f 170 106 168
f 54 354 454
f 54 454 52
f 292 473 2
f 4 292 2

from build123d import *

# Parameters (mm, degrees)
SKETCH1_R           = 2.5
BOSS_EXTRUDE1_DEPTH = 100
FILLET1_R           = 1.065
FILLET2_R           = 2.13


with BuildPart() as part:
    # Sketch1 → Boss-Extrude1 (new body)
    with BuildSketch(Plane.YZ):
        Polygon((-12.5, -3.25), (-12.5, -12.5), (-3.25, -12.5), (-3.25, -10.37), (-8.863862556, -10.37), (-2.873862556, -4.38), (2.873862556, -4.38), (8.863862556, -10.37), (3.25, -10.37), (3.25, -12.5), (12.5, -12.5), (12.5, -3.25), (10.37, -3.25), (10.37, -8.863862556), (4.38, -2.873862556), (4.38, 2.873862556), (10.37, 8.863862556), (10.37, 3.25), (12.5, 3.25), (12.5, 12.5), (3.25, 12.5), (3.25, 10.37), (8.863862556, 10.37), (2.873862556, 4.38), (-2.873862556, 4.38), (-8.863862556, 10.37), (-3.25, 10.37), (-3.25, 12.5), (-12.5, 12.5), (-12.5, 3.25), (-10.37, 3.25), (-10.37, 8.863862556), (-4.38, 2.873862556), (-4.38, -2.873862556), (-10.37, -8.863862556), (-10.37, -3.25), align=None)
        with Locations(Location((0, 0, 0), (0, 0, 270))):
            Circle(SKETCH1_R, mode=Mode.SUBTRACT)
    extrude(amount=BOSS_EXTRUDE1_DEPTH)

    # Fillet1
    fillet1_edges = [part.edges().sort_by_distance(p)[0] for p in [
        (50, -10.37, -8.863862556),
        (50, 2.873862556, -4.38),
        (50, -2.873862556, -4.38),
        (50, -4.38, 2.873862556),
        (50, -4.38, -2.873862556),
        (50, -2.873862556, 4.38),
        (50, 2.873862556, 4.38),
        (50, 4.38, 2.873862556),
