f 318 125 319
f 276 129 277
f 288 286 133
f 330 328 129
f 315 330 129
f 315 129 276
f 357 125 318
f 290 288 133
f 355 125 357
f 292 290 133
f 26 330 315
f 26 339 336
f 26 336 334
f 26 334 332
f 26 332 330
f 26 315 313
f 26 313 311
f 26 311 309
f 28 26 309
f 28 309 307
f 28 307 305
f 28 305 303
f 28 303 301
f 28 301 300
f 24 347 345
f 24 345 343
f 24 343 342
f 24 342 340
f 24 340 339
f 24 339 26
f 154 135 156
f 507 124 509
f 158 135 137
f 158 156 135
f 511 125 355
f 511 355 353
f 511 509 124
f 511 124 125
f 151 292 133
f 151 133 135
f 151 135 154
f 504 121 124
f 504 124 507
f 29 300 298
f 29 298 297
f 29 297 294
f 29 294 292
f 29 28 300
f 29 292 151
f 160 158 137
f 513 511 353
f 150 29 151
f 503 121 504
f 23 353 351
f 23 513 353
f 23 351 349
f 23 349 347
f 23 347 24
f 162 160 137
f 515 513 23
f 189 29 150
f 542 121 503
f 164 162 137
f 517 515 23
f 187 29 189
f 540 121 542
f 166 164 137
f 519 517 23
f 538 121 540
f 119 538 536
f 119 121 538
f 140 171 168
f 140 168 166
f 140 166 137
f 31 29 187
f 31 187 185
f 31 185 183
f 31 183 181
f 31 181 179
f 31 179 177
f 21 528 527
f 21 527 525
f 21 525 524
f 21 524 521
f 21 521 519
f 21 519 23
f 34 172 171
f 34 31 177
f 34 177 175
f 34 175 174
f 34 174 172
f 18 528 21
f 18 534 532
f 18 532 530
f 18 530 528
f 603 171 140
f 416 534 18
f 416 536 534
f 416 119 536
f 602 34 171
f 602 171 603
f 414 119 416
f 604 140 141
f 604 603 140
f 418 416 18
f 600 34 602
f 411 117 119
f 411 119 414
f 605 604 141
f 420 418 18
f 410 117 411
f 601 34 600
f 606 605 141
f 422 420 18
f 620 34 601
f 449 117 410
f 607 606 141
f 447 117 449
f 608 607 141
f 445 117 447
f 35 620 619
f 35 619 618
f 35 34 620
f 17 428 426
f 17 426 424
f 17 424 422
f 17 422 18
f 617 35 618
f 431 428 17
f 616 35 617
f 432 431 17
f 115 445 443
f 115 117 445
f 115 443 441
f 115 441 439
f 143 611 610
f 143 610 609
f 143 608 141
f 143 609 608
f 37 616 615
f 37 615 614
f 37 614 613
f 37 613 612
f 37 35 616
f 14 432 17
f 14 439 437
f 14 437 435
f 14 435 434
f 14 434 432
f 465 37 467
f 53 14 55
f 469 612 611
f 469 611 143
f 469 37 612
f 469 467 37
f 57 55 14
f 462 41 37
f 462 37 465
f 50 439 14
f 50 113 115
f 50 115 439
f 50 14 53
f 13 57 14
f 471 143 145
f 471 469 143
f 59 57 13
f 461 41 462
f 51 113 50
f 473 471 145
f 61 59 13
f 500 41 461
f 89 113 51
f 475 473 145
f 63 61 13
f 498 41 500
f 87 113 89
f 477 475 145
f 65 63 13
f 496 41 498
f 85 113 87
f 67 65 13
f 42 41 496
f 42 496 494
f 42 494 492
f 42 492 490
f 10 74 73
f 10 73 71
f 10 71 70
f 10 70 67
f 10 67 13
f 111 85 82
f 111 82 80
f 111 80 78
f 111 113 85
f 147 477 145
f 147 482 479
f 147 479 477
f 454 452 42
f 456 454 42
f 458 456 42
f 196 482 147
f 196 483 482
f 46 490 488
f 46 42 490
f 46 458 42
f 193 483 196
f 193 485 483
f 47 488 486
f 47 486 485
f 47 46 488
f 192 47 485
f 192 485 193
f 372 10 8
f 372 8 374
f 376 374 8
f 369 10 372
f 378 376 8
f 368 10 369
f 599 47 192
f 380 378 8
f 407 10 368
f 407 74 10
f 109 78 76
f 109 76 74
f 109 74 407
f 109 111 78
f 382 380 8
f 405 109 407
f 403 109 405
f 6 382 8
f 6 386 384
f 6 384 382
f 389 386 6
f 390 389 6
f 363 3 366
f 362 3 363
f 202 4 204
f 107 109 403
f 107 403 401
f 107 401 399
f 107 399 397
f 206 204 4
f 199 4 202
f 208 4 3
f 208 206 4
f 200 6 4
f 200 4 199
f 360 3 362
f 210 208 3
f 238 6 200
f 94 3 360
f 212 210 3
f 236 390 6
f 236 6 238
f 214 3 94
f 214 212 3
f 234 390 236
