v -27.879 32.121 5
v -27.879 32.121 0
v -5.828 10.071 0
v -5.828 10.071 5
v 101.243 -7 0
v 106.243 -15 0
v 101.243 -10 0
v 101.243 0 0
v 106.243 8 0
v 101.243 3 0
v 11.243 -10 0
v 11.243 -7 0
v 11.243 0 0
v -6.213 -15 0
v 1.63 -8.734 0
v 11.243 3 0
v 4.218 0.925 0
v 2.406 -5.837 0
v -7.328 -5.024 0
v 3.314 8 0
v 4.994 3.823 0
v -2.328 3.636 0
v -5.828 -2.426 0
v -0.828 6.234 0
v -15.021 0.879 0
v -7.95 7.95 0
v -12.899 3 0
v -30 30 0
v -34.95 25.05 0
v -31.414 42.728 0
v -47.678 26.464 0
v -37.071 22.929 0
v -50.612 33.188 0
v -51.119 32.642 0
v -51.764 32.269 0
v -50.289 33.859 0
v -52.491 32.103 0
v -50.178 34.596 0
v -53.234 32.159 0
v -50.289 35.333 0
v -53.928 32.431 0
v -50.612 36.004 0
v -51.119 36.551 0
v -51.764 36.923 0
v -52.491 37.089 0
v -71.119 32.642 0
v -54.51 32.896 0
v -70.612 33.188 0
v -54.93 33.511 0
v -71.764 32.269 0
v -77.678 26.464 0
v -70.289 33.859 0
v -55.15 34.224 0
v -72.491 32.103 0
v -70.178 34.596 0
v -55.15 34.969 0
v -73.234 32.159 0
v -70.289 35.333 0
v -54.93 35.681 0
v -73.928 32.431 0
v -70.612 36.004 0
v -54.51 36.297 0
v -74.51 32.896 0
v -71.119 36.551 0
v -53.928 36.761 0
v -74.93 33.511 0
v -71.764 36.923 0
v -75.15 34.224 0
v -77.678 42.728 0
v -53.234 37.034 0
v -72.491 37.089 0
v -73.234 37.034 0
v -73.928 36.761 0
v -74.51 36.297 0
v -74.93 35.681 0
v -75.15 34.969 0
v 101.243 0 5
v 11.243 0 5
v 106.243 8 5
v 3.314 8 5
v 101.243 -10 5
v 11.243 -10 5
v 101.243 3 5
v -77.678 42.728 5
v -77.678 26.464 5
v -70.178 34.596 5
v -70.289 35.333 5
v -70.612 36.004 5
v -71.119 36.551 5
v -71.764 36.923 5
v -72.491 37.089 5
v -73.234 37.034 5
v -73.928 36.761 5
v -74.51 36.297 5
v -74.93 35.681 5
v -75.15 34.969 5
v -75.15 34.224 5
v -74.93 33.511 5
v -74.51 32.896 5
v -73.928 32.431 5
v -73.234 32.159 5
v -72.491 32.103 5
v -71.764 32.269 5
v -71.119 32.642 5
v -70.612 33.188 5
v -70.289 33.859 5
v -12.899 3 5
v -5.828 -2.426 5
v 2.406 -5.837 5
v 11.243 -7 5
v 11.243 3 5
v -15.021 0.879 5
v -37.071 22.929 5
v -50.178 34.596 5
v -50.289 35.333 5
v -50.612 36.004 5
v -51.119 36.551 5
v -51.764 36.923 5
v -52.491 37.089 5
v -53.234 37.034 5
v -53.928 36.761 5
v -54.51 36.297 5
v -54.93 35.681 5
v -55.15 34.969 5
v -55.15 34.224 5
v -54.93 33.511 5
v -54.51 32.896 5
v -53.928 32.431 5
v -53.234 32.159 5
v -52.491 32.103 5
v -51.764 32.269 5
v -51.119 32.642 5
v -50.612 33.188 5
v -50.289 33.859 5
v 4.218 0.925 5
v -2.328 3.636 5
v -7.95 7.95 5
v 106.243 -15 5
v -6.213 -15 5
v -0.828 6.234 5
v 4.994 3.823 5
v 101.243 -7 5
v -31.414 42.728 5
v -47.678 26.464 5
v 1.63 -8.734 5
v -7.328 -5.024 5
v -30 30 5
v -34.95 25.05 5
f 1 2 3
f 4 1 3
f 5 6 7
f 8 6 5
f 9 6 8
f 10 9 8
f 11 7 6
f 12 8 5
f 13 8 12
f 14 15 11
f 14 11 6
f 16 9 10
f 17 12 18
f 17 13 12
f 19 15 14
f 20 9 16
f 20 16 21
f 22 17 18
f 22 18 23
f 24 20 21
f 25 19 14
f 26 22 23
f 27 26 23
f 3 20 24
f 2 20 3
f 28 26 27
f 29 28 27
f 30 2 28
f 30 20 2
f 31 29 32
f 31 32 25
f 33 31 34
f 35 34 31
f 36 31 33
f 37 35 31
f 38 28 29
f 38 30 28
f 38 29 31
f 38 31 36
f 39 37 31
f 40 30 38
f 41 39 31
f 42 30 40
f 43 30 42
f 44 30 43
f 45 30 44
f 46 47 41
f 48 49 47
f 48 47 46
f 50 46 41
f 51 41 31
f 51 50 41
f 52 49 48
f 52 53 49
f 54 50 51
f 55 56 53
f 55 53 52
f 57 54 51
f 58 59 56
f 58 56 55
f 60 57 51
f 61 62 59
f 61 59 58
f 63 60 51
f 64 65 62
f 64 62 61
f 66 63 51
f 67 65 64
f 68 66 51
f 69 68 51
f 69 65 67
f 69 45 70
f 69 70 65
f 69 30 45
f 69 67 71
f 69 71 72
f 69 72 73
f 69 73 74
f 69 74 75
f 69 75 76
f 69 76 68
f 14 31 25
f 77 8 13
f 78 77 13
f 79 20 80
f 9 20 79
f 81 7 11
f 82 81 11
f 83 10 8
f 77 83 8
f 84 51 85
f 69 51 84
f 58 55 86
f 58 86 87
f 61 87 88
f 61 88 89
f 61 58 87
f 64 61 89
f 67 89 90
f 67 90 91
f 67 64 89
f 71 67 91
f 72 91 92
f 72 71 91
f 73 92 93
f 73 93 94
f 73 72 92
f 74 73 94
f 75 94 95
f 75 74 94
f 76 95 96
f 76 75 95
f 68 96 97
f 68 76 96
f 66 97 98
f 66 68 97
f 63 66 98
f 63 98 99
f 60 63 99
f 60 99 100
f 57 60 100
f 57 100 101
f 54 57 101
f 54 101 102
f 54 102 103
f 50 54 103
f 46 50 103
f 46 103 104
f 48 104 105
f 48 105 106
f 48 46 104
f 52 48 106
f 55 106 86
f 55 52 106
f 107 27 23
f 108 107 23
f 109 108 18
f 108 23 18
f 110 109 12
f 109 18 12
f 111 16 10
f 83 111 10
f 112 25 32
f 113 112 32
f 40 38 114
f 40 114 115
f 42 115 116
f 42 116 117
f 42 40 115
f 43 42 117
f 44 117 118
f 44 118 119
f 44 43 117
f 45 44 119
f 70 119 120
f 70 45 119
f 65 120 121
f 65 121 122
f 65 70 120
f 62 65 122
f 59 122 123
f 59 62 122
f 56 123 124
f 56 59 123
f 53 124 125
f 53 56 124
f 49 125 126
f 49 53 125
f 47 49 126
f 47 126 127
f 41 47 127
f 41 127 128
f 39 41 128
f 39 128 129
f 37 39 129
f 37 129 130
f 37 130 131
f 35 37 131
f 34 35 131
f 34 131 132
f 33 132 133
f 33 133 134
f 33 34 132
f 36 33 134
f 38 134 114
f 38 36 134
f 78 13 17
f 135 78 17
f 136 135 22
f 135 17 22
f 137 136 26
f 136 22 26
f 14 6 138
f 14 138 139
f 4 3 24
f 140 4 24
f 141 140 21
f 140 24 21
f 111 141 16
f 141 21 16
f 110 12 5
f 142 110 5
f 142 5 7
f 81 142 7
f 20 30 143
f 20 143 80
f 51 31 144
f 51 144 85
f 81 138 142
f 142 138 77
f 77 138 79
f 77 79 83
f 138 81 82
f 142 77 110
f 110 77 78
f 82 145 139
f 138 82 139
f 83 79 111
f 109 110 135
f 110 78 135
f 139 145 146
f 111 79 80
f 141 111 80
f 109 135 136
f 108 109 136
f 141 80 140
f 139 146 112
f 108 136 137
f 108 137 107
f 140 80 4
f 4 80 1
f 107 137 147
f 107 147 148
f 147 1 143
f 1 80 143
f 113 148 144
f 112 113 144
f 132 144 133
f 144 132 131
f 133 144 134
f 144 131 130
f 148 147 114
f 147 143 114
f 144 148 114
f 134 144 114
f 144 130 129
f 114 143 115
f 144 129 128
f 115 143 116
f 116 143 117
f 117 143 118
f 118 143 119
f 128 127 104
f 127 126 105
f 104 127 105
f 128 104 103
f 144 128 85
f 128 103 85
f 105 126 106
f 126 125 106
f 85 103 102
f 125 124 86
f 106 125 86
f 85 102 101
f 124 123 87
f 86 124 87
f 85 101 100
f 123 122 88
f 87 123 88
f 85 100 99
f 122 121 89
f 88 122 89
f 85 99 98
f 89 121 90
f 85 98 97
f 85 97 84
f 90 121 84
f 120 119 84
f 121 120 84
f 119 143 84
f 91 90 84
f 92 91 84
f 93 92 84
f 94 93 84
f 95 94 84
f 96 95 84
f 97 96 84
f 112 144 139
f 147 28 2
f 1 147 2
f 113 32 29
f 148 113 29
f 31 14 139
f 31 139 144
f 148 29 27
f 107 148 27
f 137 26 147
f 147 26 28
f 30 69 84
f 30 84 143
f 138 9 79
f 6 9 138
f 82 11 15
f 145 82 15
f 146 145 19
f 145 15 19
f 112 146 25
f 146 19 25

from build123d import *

# Parameters (mm, degrees)
SKETCH2_R           = 2.5
BOSS_EXTRUDE1_DEPTH = 5


with BuildPart() as part:
    # Sketch2 → Boss-Extrude1 (new body)
    with BuildSketch(Plane.XY):
        Polygon((-31.414213562, 42.727922061), (3.313708499, 8), (106.242640687, 8), (106.242640687, -15), (-6.213203436, -15), (-47.67766953, 26.464466094), (-77.67766953, 26.464466094), (-77.67766953, 42.727922061), align=None)
        with Locations((-72.67766953, 34.596194078)):
            Circle(SKETCH2_R, mode=Mode.SUBTRACT)
        with Locations((-52.67766953, 34.596194078)):
            Circle(SKETCH2_R, mode=Mode.SUBTRACT)
        with BuildLine():
            Line((-27.878679656, 32.121320344), (-5.828427125, 10.071067812))
            ThreePointArc((-5.828427125, 10.071067812), (2.003845362, 4.83771065), (11.242640687, 3))
            Line((11.242640687, 3), (101.242640687, 3))
            Line((101.242640687, 3), (101.242640687, 0))
            Line((101.242640687, 0), (11.242640687, 0))
            ThreePointArc((11.242640687, 0), (0.855795065, 2.066072052), (-7.949747468, 7.949747468))
            Line((-7.949747468, 7.949747468), (-30, 30))
            Line((-30, 30), (-27.878679656, 32.121320344))
        make_face(mode=Mode.SUBTRACT)
        with BuildLine():
            Line((-34.949747468, 25.050252532), (-12.899494937, 3))
            ThreePointArc((-12.899494937, 3), (-1.822988962, -4.401084675), (11.242640687, -7))
            Line((11.242640687, -7), (101.242640687, -7))
            Line((101.242640687, -7), (101.242640687, -10))
            Line((101.242640687, -10), (11.242640687, -10))
            ThreePointArc((11.242640687, -10), (-2.971039259, -7.172723273), (-15.02081528, 0.878679656))
            Line((-15.02081528, 0.878679656), (-37.071067812, 22.928932188))
            Line((-37.071067812, 22.928932188), (-34.949747468, 25.050252532))
        make_face(mode=Mode.SUBTRACT)
    extrude(amount=BOSS_EXTRUDE1_DEPTH)


solid = part.part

★ ★ ★ ★

Return exactly, and only, the lines above starting at the line that contains "f 132 144 133" and ending at the line that contains "f 112 144 139".

» Worked solution:
f 132 144 133
f 144 132 131
f 133 144 134
f 144 131 130
f 148 147 114
f 147 143 114
f 144 148 114
f 134 144 114
f 144 130 129
f 114 143 115
f 144 129 128
f 115 143 116
f 116 143 117
f 117 143 118
f 118 143 119
f 128 127 104
f 127 126 105
f 104 127 105
f 128 104 103
f 144 128 85
f 128 103 85
f 105 126 106
f 126 125 106
f 85 103 102
f 125 124 86
f 106 125 86
f 85 102 101
f 124 123 87
f 86 124 87
f 85 101 100
f 123 122 88
f 87 123 88
f 85 100 99
f 122 121 89
f 88 122 89
f 85 99 98
f 89 121 90
f 85 98 97
f 85 97 84
f 90 121 84
f 120 119 84
f 121 120 84
f 119 143 84
f 91 90 84
f 92 91 84
f 93 92 84
f 94 93 84
f 95 94 84
f 96 95 84
f 97 96 84
f 112 144 139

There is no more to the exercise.